Mahamadou Issoufou, ou le retour du Niger sur la scène politique internationale

Mahamadou Issoufou le 14 mars 2011, deux jours après son élection. © AFp

Au bras de fer avec les Occidentaux qu'affectionnait son prédécesseur, le président nigérien Mahamadou Issoufou préfère le dialogue.

Modeste, cultivé, disponible pour répondre aux médias internationaux… L’image que Mahamadou Issoufou offre à l’étranger est en décalage avec le surnom que lui ont donné ses compatriotes : Zaki, « le lion » en haoussa. Un apparent paradoxe que le président nigérien dissipe d’une formule : ce qui compte, c’est « la force des arguments, pas les arguments de la force ».

Le chef de l’État, 60 ans, est réputé intransigeant sur la scène politique nationale. Succédant à trois militaires – Ibrahim Baré Maïnassara, Mamadou Tandja et Salou Djibo -, il est le premier civil à présider aux destinées du Niger depuis Mahamane Ousmane (1993-1996).
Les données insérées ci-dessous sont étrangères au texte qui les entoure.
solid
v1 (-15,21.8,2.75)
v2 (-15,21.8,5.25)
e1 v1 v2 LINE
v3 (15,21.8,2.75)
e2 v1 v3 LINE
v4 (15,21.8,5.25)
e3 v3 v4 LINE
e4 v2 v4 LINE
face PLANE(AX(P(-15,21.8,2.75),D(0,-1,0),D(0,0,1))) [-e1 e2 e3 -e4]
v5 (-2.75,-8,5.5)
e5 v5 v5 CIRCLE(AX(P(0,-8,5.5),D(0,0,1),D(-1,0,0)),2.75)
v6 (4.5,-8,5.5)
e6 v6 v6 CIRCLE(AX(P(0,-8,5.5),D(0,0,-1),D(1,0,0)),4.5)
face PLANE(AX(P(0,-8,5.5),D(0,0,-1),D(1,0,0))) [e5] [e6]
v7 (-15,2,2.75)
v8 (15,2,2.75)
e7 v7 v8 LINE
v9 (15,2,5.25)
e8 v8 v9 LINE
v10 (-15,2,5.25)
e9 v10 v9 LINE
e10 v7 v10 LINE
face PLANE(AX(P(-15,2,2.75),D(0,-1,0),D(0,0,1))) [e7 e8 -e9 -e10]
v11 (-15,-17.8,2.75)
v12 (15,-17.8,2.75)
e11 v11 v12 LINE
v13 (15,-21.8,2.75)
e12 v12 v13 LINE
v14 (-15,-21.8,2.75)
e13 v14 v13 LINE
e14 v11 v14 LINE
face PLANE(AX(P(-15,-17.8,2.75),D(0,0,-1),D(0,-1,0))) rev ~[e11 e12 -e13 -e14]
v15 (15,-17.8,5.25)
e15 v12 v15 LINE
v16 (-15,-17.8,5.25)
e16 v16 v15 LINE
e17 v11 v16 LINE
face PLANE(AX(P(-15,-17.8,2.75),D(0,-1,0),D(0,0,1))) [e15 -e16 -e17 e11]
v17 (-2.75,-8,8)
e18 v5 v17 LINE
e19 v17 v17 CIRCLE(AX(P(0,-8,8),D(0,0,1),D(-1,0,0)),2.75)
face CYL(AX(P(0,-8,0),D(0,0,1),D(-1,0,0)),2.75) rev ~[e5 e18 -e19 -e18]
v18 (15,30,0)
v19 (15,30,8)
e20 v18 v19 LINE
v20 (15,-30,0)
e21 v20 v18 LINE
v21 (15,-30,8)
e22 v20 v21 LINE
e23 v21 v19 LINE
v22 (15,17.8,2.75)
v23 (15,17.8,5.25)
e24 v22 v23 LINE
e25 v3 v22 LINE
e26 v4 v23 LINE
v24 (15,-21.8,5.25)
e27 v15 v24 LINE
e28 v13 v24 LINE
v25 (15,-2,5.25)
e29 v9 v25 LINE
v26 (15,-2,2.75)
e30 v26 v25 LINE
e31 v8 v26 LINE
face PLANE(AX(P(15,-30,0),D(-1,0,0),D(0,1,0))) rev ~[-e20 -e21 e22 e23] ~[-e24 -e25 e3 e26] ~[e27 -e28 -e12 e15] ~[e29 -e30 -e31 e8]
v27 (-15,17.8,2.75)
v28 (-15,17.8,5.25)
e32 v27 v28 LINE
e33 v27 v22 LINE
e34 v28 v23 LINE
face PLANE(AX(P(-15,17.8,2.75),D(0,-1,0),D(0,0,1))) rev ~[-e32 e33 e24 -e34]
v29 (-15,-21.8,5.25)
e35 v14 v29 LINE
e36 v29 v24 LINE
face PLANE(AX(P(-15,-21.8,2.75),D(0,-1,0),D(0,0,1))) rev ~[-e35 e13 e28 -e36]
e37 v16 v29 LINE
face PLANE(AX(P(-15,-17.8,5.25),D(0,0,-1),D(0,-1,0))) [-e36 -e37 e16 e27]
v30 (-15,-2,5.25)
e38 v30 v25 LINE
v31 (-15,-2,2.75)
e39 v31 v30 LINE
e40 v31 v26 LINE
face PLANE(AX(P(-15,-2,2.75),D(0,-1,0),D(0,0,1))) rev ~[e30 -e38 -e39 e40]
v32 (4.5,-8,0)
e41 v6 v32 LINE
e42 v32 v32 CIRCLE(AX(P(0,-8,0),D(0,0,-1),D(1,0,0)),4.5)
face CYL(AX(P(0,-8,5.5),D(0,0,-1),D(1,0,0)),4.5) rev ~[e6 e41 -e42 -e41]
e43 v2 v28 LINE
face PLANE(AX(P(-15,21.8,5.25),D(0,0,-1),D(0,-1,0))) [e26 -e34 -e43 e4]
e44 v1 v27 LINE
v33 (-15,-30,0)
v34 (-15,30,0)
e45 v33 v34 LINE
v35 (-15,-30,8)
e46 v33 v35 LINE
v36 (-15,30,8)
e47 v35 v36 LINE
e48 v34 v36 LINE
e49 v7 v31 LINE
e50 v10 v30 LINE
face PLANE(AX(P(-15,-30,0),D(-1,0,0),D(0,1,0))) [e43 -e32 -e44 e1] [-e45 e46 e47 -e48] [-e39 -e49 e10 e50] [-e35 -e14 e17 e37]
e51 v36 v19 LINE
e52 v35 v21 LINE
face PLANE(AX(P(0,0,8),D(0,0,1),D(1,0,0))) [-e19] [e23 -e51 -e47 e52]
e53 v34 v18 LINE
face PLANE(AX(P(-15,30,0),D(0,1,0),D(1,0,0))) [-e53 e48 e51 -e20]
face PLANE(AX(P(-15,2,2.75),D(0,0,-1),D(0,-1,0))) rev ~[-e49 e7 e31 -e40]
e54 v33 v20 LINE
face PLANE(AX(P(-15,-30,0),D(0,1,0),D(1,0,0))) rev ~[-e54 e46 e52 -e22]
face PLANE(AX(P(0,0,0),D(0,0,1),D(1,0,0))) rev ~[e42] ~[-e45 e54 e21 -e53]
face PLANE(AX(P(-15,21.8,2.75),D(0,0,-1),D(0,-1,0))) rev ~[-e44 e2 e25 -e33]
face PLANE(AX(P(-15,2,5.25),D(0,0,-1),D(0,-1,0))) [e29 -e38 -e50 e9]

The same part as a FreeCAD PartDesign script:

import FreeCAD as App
import Part
import Sketcher

V = App.Vector

doc = App.newDocument("Part")
body = doc.addObject("PartDesign::Body", "Body")

# Sketch on XY plane
sketch1 = body.newObject("Sketcher::SketchObject", "Sketch")
sketch1.AttachmentSupport = (doc.getObject("XY_Plane"), [""])
sketch1.MapMode = "FlatFace"
sketch1.addGeometry(Part.LineSegment(V(-15, 30, 0), V(-15, -30, 0)), False)
sketch1.addGeometry(Part.LineSegment(V(-15, -30, 0), V(15, -30, 0)), False)
sketch1.addGeometry(Part.LineSegment(V(15, -30, 0), V(15, 30, 0)), False)
sketch1.addGeometry(Part.LineSegment(V(15, 30, 0), V(-15, 30, 0)), False)
sketch1.addConstraint(Sketcher.Constraint("Coincident", 0, 2, 1, 1))
sketch1.addConstraint(Sketcher.Constraint("Coincident", 1, 2, 2, 1))
sketch1.addConstraint(Sketcher.Constraint("Coincident", 2, 2, 3, 1))
sketch1.addConstraint(Sketcher.Constraint("Coincident", 3, 2, 0, 1))
sketch1.addConstraint(Sketcher.Constraint("Vertical", 0))
sketch1.addConstraint(Sketcher.Constraint("Horizontal", 1))
sketch1.addConstraint(Sketcher.Constraint("Vertical", 2))
sketch1.addConstraint(Sketcher.Constraint("Horizontal", 3))
sketch1.addConstraint(Sketcher.Constraint("Symmetric", 0, 2, 2, 2, -1, 1))
sketch1.addConstraint(Sketcher.Constraint("DistanceX", 1, 1, 1, 2, 30.0))
sketch1.addConstraint(Sketcher.Constraint("DistanceY", 0, 2, 0, 1, 60.0))
pad1 = body.newObject("PartDesign::Pad", "Pad")
pad1.Profile = sketch1
pad1.Length = 8

# Sketch on XY plane
sketch2 = body.newObject("Sketcher::SketchObject", "Sketch001")
sketch2.AttachmentSupport = (doc.getObject("XY_Plane"), [""])
sketch2.MapMode = "FlatFace"
sketch2.addGeometry(Part.Circle(V(0, -8, 0), V(0, 0, 1), 2.8), False)
sketch2.addConstraint(Sketcher.Constraint("PointOnObject", 0, 3, -2))
sketch2.addConstraint(Sketcher.Constraint("Diameter", 0, 5.5))
sketch2.addConstraint(Sketcher.Constraint("DistanceY", 0, 3, -1, 1, 8.0))
doc.recompute()
hole = body.newObject("PartDesign::Hole", "Hole")
hole.Profile = sketch2
hole.ThreadType = "None"
hole.Diameter = 5.5
hole.DepthType = "Dimension"
hole.Depth = 30
hole.DrillPoint = "Angled"
hole.DrillPointAngle = 118
hole.HoleCutType = "Counterbore"
hole.HoleCutDiameter = 9
hole.HoleCutDepth = 5.5
hole.Reversed = True

# Sketch on YZ plane
sketch3 = body.newObject("Sketcher::SketchObject", "Sketch002")
sketch3.AttachmentSupport = (doc.getObject("YZ_Plane"), [""])
sketch3.MapMode = "FlatFace"
sketch3.AttachmentOffset = App.Placement(V(0, 0, -15), App.Rotation())
sketch3.addGeometry(Part.LineSegment(V(21.8, 5.2, 0), V(21.8, 2.8, 0)), False)
sketch3.addGeometry(Part.LineSegment(V(21.8, 2.8, 0), V(17.8, 2.8, 0)), False)
sketch3.addGeometry(Part.LineSegment(V(17.8, 2.8, 0), V(17.8, 5.2, 0)), False)
sketch3.addGeometry(Part.LineSegment(V(17.8, 5.2, 0), V(21.8, 5.2, 0)), False)
sketch3.addGeometry(Part.LineSegment(V(2, 5.2, 0), V(2, 2.8, 0)), False)
sketch3.addGeometry(Part.LineSegment(V(2, 2.8, 0), V(-2, 2.8, 0)), False)
sketch3.addGeometry(Part.LineSegment(V(-2, 2.8, 0), V(-2, 5.2, 0)), False)
sketch3.addGeometry(Part.LineSegment(V(-2, 5.2, 0), V(2, 5.2, 0)), False)
sketch3.addGeometry(Part.LineSegment(V(-17.8, 5.2, 0), V(-17.8, 2.8, 0)), False)
sketch3.addGeometry(Part.LineSegment(V(-17.8, 2.8, 0), V(-21.8, 2.8, 0)), False)
sketch3.addGeometry(Part.LineSegment(V(-21.8, 2.8, 0), V(-21.8, 5.2, 0)), False)
sketch3.addGeometry(Part.LineSegment(V(-21.8, 5.2, 0), V(-17.8, 5.2, 0)), False)
sketch3.addConstraint(Sketcher.Constraint("Coincident", 0, 2, 1, 1))
sketch3.addConstraint(Sketcher.Constraint("Coincident", 1, 2, 2, 1))
sketch3.addConstraint(Sketcher.Constraint("Coincident", 2, 2, 3, 1))
sketch3.addConstraint(Sketcher.Constraint("Coincident", 3, 2, 0, 1))
sketch3.addConstraint(Sketcher.Constraint("Coincident", 4, 2, 5, 1))
sketch3.addConstraint(Sketcher.Constraint("Coincident", 5, 2, 6, 1))
sketch3.addConstraint(Sketcher.Constraint("Coincident", 6, 2, 7, 1))
sketch3.addConstraint(Sketcher.Constraint("Coincident", 7, 2, 4, 1))
sketch3.addConstraint(Sketcher.Constraint("Coincident", 8, 2, 9, 1))
sketch3.addConstraint(Sketcher.Constraint("Coincident", 9, 2, 10, 1))
sketch3.addConstraint(Sketcher.Constraint("Coincident", 10, 2, 11, 1))
sketch3.addConstraint(Sketcher.Constraint("Coincident", 11, 2, 8, 1))
sketch3.addConstraint(Sketcher.Constraint("Vertical", 0))
sketch3.addConstraint(Sketcher.Constraint("Horizontal", 1))
sketch3.addConstraint(Sketcher.Constraint("Vertical", 2))
sketch3.addConstraint(Sketcher.Constraint("Horizontal", 3))
sketch3.addConstraint(Sketcher.Constraint("Vertical", 4))
sketch3.addConstraint(Sketcher.Constraint("Horizontal", 5))
sketch3.addConstraint(Sketcher.Constraint("Vertical", 6))
sketch3.addConstraint(Sketcher.Constraint("Horizontal", 7))
sketch3.addConstraint(Sketcher.Constraint("Vertical", 8))
sketch3.addConstraint(Sketcher.Constraint("Horizontal", 9))
sketch3.addConstraint(Sketcher.Constraint("Vertical", 10))
sketch3.addConstraint(Sketcher.Constraint("Horizontal", 11))
sketch3.addConstraint(Sketcher.Constraint("Symmetric", 1, 2, 8, 2, -2))
sketch3.addConstraint(Sketcher.Constraint("Symmetric", 3, 2, 10, 2, -2))
sketch3.addConstraint(Sketcher.Constraint("Horizontal", 1, 2, 4, 2))
sketch3.addConstraint(Sketcher.Constraint("Horizontal", 3, 2, 6, 2))
sketch3.addConstraint(Sketcher.Constraint("Equal", 3, 5))
sketch3.addConstraint(Sketcher.Constraint("DistanceX", 1, 2, 1, 1, 4.0))
sketch3.addConstraint(Sketcher.Constraint("DistanceY", 0, 2, 0, 1, 2.5))
sketch3.addConstraint(Sketcher.Constraint("DistanceX", -1, 1, 4, 2, 2.0))
sketch3.addConstraint(Sketcher.Constraint("DistanceX", -1, 1, 0, 2, 21.8))
sketch3.addConstraint(Sketcher.Constraint("DistanceY", -1, 1, 0, 2, 2.75))
pocket1 = body.newObject("PartDesign::Pocket", "Pocket")
pocket1.Profile = sketch3
pocket1.Type = "ThroughAll"
pocket1.Reversed = True

doc.recompute()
Mathématicien de formation, ingénieur, il a été directeur national des Mines, de 1980 à 1985, avant d’intégrer la Société des mines de l’Aïr (Somaïr), dont il a été le secrétaire général. Il démissionne en 1991 pour se consacrer au parti qu’il a fondé quelques mois auparavant avec d’anciens compagnons, le Parti nigérien pour la démocratie et le socialisme (PNDS-Tarayya), sous la bannière rose duquel il a été élu à la magistrature suprême, le 12 mars 2011. C’était sa cinquième candidature depuis 1993.

Premier Cercle

Au bureau à 7 h 30 chaque matin (une demi-heure avant l’horaire officiel de l’administration), il reçoit pendant une heure ses principaux conseillers, avant de passer à la correspondance puis aux audiences. « Il lit énormément la presse lui-même, et pas seulement les notes que lui transmettent ses services », ajoute un familier du Palais. Il délègue peu. En tout cas, rares sont les décisions qui ne passent pas par lui et son premier cercle de collaborateurs. Celui-ci est composé quasi exclusivement de fidèles du PNDS-Tarayya, parmi lesquels son directeur de cabinet, Hassoumi Massaoudou, son ministre des Affaires étrangères, Mohamed Bazoum, et son ministre du Pétrole et de l’Énergie, Foumakoye Gado.

Ce qui compte selon lui, c’est "la force des arguments, pas les arguments de la force".

Internationale socialiste

Très respectueux des procédures et profondément démocrate, le chef de l’État nigérien est parfois trahi par sa bonne foi. Comme lorsqu’il a reconnu devant l’ex-ambassadrice américaine Bernadette Allen, médusée par sa « franchise », s’être « fait rouler » par l’ancien président Mamadou Tandja lorsque celui-ci lui avait assuré qu’il ne briguerait pas un nouveau mandat, selon un câble diplomatique de juillet 2009 dévoilé par WikiLeaks. À la différence de Tandja, Issoufou pense aider davantage son pays en restaurant sa crédibilité internationale sur les plans politique et économique, en communiquant sur ses points de vue, ses stratégies, ses atouts et ses besoins – ce à quoi il s’emploie en voyageant fréquemment -, plutôt qu’en se livrant à des bras de fer avec les Occidentaux. Les passes d’armes de Tandja avec Paris sur la question de l’uranium « n’étaient que de la propagande destinée à préparer les esprits à la violation de la Constitution », persifle-t-on dans l’entourage du nouveau président.

Engagé dans une politique de réformes profondes et de projets à long terme, accordant une grande place à la planification rationnelle, Mahamadou Issoufou, en bon socialiste – il est vice-président de l’Internationale -, veille cependant à garder une marge de manoeuvre financière pour améliorer le quotidien des plus modestes (électrification des campagnes, baisse des prix des produits et services de première nécessité…).

Il s’efforce aussi de conserver les liens directs qu’il a tissés avec ses concitoyens lors des nombreux déplacements sur le terrain qu’il effectuait lorsqu’il était dans l’opposition, déplacements au cours desquels, assurent ses conseillers, il aurait visité plus de la moitié des 10 000 villages du pays.